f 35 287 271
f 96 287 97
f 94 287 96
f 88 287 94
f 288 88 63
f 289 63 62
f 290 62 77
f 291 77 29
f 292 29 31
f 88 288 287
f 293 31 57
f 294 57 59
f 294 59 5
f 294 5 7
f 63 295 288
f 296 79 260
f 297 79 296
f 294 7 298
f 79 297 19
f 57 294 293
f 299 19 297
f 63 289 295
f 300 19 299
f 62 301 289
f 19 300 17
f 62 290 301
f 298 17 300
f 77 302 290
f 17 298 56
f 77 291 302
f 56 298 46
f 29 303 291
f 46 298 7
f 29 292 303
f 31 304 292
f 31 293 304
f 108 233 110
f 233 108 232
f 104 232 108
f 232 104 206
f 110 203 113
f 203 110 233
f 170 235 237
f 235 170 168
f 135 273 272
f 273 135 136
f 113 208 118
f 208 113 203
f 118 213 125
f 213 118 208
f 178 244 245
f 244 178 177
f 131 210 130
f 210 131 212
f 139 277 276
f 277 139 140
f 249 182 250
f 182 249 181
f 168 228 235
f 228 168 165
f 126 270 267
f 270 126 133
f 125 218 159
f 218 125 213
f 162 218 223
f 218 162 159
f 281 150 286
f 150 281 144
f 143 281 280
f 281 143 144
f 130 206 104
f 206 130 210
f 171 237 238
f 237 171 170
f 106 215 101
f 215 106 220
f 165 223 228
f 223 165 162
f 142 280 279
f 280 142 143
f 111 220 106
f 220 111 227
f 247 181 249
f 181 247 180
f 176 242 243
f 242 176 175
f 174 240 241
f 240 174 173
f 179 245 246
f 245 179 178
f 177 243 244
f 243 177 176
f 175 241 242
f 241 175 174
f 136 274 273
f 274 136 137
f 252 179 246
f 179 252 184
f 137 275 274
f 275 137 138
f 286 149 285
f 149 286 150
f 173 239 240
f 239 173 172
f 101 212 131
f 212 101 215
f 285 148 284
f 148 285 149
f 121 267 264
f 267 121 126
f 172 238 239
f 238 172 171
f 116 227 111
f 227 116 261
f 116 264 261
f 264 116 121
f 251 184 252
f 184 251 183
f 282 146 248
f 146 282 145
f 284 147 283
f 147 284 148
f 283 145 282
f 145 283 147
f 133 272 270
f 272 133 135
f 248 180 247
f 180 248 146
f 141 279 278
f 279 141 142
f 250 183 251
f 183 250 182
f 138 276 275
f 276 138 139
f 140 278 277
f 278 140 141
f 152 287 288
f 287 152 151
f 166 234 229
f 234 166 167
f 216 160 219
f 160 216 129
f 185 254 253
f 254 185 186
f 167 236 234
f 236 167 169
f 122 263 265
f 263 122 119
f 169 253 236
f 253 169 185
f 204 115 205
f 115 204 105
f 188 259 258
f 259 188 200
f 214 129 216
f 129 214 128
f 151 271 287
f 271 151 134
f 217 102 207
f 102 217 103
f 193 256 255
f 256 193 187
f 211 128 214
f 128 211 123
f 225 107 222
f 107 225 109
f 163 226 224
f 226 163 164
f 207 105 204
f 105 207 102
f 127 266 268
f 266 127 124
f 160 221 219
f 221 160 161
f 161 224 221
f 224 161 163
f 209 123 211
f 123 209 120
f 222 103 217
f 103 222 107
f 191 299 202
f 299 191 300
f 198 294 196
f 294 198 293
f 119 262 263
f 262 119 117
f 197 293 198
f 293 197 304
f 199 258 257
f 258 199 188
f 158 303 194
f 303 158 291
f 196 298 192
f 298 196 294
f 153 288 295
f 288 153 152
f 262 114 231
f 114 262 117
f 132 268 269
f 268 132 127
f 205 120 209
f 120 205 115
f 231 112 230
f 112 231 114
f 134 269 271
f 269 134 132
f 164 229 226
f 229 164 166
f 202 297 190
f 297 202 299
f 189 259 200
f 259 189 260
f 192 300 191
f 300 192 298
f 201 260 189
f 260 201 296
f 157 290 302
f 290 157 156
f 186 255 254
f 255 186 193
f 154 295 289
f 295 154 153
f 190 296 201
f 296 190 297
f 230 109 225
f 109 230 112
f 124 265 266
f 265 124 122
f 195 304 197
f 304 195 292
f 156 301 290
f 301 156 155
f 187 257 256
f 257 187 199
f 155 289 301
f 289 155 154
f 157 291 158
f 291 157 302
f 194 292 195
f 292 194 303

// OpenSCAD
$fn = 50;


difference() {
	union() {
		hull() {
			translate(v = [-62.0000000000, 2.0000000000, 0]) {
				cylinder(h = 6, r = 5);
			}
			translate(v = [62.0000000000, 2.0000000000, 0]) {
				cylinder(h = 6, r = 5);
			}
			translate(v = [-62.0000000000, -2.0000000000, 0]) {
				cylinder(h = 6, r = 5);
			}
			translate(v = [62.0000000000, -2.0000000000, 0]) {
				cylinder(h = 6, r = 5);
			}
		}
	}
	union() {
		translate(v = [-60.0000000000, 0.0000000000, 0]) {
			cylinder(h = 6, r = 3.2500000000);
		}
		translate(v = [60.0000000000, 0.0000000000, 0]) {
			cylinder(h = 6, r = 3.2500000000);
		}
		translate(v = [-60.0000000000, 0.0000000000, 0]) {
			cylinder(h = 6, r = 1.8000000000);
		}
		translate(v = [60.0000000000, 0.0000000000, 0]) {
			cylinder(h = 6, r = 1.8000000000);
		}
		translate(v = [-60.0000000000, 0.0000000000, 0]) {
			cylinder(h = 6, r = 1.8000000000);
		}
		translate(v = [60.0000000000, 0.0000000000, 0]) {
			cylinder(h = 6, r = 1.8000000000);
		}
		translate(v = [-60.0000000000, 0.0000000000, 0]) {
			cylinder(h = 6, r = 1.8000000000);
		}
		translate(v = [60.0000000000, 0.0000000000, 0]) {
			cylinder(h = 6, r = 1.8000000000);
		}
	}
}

+ + + +

Set down each line of the material verbatim, from the first line through the line that contains "f 108 233 110".

f 35 287 271
f 96 287 97
f 94 287 96
f 88 287 94
f 288 88 63
f 289 63 62
f 290 62 77
f 291 77 29
f 292 29 31
f 88 288 287
f 293 31 57
f 294 57 59
f 294 59 5
f 294 5 7
f 63 295 288
f 296 79 260
f 297 79 296
f 294 7 298
f 79 297 19
f 57 294 293
f 299 19 297
f 63 289 295
f 300 19 299
f 62 301 289
f 19 300 17
f 62 290 301
f 298 17 300
f 77 302 290
f 17 298 56
f 77 291 302
f 56 298 46
f 29 303 291
f 46 298 7
f 29 292 303
f 31 304 292
f 31 293 304
f 108 233 110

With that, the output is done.